◆ Exercise prompt:
Within the material below, locate the line with "e3 v4 v3 LINE" and the line with "e6 -e7 -e8]", then return those two lines and all lines between them, exactly as written.

═════ Input ═════

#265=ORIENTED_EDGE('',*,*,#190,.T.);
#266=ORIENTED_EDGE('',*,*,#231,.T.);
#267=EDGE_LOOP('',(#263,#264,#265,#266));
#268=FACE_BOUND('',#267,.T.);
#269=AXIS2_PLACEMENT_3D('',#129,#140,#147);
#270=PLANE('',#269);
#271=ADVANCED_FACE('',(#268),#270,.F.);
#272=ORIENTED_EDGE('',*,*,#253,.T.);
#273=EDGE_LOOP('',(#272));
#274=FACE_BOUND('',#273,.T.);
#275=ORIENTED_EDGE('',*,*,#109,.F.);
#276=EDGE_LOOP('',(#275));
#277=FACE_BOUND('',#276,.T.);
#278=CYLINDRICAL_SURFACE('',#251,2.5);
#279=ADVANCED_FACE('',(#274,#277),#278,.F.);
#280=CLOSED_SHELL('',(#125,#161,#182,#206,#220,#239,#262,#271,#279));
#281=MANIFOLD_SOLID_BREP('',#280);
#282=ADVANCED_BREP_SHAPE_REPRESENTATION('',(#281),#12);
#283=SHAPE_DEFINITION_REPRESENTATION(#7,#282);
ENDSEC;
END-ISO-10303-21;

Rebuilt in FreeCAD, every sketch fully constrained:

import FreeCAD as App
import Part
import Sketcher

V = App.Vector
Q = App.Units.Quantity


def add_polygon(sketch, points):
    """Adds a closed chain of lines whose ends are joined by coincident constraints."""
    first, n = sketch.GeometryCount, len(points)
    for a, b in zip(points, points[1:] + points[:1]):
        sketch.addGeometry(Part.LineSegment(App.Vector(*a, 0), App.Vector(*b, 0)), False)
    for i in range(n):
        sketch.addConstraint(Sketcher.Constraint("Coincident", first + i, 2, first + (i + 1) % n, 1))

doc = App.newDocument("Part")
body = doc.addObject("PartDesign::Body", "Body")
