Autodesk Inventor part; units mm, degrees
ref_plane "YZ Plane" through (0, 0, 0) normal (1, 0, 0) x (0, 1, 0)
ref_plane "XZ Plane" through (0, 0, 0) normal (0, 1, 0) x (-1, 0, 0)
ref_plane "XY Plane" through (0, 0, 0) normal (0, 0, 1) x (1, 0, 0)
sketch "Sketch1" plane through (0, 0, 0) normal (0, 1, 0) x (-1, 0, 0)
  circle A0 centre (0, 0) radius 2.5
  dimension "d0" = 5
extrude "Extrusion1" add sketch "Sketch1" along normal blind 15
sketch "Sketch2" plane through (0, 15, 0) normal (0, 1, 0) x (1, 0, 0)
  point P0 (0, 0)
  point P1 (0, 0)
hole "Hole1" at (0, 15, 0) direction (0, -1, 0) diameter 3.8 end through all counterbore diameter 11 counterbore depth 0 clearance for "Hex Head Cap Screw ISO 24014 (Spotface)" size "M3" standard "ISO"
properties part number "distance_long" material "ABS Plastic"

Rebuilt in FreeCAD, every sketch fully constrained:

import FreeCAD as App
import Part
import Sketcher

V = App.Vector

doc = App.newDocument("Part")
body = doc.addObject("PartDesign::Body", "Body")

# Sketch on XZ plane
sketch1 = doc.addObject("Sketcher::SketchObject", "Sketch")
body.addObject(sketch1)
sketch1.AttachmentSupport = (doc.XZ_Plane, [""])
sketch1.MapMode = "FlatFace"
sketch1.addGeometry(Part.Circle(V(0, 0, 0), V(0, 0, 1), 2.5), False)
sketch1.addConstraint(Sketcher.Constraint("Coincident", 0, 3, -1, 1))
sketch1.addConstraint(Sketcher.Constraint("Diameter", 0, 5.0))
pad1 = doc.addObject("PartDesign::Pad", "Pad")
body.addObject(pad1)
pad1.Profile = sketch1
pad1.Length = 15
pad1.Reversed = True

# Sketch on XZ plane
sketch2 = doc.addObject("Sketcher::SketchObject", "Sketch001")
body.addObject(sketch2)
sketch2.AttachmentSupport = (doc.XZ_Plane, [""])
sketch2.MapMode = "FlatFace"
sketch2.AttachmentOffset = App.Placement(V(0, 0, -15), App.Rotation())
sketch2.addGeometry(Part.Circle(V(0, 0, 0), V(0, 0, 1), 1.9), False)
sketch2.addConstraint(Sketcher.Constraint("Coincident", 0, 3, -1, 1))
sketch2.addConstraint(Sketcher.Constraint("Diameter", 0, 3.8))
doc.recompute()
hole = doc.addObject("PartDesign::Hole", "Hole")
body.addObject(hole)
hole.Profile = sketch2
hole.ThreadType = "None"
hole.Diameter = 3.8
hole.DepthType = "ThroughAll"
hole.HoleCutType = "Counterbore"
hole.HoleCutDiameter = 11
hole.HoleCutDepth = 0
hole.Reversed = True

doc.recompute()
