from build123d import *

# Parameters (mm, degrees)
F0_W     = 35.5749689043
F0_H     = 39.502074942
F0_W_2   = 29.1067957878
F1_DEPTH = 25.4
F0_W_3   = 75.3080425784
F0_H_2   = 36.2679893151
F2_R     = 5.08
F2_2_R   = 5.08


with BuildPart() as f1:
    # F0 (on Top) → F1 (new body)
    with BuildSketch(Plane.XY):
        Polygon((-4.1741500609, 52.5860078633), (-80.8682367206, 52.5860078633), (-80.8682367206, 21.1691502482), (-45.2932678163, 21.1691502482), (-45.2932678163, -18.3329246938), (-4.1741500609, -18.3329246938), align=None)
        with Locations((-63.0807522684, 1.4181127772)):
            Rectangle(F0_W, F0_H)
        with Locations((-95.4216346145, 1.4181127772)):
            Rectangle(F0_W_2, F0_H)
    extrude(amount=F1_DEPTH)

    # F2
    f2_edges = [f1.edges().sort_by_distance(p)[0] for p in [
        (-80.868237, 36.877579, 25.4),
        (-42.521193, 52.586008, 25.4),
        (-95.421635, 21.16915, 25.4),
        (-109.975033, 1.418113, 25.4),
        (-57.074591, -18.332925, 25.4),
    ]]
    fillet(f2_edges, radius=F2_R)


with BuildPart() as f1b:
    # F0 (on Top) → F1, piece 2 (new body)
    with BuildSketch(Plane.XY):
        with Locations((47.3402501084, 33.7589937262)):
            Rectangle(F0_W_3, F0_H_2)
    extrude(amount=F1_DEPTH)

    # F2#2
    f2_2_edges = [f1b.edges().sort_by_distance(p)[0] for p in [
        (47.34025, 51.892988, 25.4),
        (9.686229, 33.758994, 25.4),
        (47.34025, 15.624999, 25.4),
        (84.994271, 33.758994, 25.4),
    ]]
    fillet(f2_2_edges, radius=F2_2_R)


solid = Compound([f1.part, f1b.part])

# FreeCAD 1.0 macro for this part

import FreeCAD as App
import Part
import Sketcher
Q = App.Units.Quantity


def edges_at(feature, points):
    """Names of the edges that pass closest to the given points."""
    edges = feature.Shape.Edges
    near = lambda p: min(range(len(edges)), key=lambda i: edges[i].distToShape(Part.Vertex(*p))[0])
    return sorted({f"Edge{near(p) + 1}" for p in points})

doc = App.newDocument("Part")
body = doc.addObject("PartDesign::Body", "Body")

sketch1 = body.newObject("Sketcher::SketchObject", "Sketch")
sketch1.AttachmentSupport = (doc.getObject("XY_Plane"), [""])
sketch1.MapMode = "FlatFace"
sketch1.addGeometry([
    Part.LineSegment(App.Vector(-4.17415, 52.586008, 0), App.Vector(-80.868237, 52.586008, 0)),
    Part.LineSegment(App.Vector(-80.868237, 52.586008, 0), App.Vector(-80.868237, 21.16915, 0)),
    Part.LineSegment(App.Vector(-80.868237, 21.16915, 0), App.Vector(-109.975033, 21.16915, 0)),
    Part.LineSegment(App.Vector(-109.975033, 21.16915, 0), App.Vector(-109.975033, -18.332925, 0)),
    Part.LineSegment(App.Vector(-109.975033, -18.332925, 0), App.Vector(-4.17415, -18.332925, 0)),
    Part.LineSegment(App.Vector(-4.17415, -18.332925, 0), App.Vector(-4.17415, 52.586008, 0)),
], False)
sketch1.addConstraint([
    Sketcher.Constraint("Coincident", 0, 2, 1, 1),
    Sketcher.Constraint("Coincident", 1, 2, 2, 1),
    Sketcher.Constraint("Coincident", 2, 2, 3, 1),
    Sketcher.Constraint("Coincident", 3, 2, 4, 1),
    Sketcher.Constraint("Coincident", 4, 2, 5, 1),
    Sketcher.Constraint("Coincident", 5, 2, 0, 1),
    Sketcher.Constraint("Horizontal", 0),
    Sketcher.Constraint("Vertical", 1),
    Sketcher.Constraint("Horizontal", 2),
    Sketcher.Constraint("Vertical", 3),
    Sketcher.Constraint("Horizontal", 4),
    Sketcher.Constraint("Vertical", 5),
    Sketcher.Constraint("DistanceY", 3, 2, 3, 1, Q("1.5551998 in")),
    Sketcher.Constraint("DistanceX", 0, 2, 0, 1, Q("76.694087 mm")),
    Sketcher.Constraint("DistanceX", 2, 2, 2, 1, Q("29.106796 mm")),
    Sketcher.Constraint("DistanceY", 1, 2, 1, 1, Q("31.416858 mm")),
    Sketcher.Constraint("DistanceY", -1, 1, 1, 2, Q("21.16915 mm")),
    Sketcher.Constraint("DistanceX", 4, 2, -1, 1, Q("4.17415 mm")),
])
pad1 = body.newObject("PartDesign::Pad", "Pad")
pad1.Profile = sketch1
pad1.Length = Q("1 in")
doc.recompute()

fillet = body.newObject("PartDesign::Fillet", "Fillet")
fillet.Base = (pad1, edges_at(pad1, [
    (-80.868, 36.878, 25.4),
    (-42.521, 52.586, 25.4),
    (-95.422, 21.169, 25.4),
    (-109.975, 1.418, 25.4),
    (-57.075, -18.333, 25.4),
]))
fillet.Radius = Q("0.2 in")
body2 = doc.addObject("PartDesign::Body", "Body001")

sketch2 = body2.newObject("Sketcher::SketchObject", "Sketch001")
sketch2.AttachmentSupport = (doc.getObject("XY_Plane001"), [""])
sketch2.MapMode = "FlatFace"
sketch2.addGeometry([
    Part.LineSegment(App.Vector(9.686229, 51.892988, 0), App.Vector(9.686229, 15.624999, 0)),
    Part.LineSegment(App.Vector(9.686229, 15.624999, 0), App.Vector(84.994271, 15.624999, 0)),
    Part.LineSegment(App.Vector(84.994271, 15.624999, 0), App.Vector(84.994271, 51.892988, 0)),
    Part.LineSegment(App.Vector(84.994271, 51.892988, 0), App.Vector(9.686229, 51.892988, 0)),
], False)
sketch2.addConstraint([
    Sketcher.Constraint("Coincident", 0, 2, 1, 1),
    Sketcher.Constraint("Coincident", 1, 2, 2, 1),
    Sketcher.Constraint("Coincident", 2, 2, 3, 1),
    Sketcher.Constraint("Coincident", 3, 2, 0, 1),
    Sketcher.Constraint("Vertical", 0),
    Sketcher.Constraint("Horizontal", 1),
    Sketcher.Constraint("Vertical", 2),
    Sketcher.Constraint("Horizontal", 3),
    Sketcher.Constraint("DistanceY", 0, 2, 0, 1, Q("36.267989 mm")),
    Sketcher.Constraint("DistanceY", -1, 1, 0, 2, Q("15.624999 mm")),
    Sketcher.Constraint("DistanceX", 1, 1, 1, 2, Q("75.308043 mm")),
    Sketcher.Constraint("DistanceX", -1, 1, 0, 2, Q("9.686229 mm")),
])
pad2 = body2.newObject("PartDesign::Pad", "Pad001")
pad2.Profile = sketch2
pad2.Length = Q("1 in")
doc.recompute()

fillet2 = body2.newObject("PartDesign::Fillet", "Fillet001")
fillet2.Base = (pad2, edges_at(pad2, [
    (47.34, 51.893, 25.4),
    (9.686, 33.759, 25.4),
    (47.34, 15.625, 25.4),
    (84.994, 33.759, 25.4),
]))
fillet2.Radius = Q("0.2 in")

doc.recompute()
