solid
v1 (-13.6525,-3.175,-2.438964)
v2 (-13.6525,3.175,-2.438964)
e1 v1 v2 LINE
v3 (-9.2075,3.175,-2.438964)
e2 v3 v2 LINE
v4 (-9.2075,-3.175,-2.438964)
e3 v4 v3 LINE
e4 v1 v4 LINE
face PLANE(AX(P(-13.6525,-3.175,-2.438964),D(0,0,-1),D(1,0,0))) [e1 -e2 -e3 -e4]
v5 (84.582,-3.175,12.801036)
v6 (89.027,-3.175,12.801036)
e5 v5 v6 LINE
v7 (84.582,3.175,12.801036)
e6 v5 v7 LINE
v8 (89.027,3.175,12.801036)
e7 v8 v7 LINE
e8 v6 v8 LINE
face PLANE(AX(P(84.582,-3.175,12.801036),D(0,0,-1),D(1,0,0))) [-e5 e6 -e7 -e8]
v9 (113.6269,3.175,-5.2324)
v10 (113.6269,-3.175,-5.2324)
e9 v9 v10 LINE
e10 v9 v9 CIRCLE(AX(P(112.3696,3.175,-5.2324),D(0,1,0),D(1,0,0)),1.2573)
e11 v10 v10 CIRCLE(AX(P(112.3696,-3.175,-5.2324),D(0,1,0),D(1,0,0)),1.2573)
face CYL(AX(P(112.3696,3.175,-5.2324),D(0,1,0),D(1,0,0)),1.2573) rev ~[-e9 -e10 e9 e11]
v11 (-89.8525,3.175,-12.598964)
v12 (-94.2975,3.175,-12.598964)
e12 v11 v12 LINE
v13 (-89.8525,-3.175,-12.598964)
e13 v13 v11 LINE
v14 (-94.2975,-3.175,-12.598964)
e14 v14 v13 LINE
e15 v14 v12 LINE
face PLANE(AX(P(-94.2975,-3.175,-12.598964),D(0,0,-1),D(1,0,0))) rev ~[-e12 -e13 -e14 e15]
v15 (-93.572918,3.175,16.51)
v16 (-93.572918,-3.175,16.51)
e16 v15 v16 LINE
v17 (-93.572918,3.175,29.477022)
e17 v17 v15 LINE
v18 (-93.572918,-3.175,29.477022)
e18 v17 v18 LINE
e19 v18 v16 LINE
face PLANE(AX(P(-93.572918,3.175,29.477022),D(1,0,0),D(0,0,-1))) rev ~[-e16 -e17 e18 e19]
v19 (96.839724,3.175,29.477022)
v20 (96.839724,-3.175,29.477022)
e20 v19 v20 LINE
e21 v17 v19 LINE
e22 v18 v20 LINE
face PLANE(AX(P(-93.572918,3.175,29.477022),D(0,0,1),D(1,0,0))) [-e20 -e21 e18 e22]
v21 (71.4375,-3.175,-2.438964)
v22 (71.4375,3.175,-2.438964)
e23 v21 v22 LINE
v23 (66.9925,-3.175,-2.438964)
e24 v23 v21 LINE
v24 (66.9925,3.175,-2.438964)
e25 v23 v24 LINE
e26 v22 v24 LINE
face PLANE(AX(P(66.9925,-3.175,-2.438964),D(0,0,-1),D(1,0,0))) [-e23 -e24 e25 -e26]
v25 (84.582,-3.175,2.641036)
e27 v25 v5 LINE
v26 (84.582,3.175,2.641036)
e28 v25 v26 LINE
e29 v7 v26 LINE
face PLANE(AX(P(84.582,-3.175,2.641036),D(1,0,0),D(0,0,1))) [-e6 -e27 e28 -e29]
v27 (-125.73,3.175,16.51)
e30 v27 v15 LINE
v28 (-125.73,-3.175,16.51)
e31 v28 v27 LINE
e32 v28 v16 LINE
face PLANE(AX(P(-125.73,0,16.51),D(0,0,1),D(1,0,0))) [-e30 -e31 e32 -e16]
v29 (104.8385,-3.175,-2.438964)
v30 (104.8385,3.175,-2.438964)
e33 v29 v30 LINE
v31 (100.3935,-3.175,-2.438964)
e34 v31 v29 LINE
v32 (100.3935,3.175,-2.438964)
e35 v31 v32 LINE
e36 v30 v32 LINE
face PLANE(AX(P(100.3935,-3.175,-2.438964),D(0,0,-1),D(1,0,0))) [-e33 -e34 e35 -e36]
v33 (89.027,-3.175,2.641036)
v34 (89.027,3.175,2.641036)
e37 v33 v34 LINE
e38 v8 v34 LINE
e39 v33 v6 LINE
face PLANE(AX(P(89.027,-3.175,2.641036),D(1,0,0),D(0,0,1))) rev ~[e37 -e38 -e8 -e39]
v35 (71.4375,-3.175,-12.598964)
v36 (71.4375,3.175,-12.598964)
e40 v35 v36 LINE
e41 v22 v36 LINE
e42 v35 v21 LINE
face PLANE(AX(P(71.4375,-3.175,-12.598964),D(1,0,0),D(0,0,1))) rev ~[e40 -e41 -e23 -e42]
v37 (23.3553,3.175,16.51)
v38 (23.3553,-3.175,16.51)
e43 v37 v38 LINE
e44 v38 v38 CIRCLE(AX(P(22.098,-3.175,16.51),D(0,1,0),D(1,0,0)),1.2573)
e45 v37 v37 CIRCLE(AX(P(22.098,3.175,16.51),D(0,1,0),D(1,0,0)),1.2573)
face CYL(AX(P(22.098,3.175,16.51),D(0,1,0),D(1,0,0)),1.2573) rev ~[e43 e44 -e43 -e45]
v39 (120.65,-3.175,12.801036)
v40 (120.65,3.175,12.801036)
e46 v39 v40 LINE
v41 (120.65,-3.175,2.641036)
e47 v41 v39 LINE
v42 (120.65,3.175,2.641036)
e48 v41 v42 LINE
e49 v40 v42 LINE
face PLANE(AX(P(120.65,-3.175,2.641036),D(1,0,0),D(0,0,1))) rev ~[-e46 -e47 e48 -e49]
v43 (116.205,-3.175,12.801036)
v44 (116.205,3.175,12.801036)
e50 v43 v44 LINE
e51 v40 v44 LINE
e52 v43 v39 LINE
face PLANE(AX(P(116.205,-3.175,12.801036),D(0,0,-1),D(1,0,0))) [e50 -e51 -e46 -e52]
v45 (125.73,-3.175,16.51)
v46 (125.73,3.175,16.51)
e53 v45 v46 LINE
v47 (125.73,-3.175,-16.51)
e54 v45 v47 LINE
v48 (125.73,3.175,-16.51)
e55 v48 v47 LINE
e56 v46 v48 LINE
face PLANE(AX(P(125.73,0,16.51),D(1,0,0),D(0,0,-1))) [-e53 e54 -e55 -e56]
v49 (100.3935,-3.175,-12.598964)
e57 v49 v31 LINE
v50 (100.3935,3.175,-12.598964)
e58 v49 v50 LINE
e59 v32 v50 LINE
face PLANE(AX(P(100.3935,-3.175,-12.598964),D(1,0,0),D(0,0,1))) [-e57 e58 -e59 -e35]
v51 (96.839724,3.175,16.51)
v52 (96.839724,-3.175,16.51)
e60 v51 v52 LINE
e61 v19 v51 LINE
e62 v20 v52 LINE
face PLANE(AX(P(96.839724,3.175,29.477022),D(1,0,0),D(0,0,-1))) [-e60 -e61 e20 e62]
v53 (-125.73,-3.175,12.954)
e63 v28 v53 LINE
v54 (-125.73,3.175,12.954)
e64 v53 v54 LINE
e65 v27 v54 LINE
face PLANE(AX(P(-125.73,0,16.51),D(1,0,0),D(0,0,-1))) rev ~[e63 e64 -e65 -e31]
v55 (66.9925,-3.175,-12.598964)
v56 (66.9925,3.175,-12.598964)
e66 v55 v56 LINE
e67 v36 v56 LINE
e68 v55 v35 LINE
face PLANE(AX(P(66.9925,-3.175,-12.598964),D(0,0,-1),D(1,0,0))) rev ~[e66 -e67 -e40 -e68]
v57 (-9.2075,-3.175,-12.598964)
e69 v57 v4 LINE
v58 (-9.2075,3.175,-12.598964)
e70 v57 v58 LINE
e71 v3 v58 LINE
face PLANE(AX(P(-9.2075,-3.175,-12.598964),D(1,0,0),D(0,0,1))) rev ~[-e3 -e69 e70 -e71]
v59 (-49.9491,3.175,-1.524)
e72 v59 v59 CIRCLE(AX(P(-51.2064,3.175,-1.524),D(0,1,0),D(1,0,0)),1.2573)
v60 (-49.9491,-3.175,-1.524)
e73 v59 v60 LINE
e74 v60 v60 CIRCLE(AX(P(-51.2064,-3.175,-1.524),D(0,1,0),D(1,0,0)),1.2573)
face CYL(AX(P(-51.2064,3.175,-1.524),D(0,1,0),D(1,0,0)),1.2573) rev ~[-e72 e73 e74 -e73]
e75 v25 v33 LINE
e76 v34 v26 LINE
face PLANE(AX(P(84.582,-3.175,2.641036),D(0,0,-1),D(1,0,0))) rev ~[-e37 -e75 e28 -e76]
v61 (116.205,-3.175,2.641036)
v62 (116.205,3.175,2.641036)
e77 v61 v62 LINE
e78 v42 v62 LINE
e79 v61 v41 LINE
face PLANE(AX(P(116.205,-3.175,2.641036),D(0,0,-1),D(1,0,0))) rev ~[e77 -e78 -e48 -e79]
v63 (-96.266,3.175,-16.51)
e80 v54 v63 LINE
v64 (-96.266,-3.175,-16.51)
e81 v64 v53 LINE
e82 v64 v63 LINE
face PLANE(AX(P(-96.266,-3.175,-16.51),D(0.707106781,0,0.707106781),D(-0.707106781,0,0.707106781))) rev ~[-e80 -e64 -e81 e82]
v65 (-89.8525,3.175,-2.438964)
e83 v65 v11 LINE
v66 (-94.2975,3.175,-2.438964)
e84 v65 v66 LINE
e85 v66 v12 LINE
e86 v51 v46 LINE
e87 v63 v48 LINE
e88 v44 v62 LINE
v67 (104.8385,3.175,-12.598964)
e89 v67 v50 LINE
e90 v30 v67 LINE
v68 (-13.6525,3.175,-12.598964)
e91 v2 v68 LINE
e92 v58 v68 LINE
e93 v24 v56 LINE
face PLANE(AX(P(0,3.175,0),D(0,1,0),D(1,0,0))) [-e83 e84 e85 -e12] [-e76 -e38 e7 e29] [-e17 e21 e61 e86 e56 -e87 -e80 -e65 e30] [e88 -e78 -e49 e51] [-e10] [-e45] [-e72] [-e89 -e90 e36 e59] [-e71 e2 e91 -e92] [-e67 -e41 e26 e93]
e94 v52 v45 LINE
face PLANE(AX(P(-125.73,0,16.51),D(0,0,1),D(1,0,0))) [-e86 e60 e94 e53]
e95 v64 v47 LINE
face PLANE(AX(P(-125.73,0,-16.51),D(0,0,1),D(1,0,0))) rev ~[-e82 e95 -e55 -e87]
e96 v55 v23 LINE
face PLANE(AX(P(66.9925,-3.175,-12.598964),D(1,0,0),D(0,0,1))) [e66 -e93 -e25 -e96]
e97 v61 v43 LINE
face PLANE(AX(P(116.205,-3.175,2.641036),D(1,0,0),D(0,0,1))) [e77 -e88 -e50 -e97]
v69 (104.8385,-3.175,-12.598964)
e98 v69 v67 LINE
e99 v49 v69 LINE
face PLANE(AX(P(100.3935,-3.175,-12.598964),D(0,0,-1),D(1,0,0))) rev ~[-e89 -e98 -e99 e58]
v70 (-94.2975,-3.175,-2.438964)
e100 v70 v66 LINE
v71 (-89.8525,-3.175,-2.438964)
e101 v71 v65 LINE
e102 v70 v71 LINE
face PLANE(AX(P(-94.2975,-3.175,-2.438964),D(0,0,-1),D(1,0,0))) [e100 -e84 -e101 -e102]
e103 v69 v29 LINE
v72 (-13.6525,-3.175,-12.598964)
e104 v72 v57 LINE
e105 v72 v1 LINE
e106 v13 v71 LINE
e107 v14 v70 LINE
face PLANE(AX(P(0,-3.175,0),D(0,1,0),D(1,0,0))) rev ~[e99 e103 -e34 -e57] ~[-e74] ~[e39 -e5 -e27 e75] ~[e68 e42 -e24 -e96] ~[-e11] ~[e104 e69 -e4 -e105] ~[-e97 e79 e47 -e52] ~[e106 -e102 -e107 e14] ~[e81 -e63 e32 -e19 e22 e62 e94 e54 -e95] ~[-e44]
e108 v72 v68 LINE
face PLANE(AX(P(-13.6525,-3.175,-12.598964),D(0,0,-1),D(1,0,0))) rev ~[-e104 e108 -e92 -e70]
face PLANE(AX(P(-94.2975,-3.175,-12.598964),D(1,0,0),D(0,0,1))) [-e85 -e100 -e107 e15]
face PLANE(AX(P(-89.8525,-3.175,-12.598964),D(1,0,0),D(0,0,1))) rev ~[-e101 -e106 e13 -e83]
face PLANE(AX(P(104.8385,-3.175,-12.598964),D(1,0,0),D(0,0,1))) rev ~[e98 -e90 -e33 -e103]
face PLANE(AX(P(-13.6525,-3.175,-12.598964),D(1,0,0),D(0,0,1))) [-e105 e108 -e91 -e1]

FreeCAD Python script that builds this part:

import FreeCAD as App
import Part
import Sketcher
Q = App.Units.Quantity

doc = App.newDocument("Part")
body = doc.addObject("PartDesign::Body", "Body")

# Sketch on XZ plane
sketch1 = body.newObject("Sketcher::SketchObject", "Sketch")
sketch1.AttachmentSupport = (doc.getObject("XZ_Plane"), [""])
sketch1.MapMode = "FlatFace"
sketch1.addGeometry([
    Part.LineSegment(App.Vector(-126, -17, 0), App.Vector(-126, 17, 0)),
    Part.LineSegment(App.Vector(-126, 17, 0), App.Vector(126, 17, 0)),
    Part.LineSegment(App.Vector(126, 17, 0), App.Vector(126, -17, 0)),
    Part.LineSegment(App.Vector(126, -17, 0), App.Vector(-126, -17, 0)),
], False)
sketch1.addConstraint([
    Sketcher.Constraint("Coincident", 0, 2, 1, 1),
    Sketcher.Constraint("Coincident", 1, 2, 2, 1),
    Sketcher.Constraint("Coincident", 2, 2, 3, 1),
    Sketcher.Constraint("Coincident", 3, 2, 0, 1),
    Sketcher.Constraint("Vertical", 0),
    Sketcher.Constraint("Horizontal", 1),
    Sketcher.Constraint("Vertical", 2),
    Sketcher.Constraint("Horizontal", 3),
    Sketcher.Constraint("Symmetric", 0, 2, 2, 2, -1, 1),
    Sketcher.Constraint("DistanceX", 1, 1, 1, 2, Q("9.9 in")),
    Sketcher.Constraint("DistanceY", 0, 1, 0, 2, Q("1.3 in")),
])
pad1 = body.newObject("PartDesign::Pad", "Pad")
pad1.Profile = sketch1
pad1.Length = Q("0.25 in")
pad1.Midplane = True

═════

◆ Task solution:
e3 v4 v3 LINE
e4 v1 v4 LINE
face PLANE(AX(P(-13.6525,-3.175,-2.438964),D(0,0,-1),D(1,0,0))) [e1 -e2 -e3 -e4]
v5 (84.582,-3.175,12.801036)
v6 (89.027,-3.175,12.801036)
e5 v5 v6 LINE
v7 (84.582,3.175,12.801036)
e6 v5 v7 LINE
v8 (89.027,3.175,12.801036)
e7 v8 v7 LINE
e8 v6 v8 LINE
face PLANE(AX(P(84.582,-3.175,12.801036),D(0,0,-1),D(1,0,0))) [-e5 e6 -e7 -e8]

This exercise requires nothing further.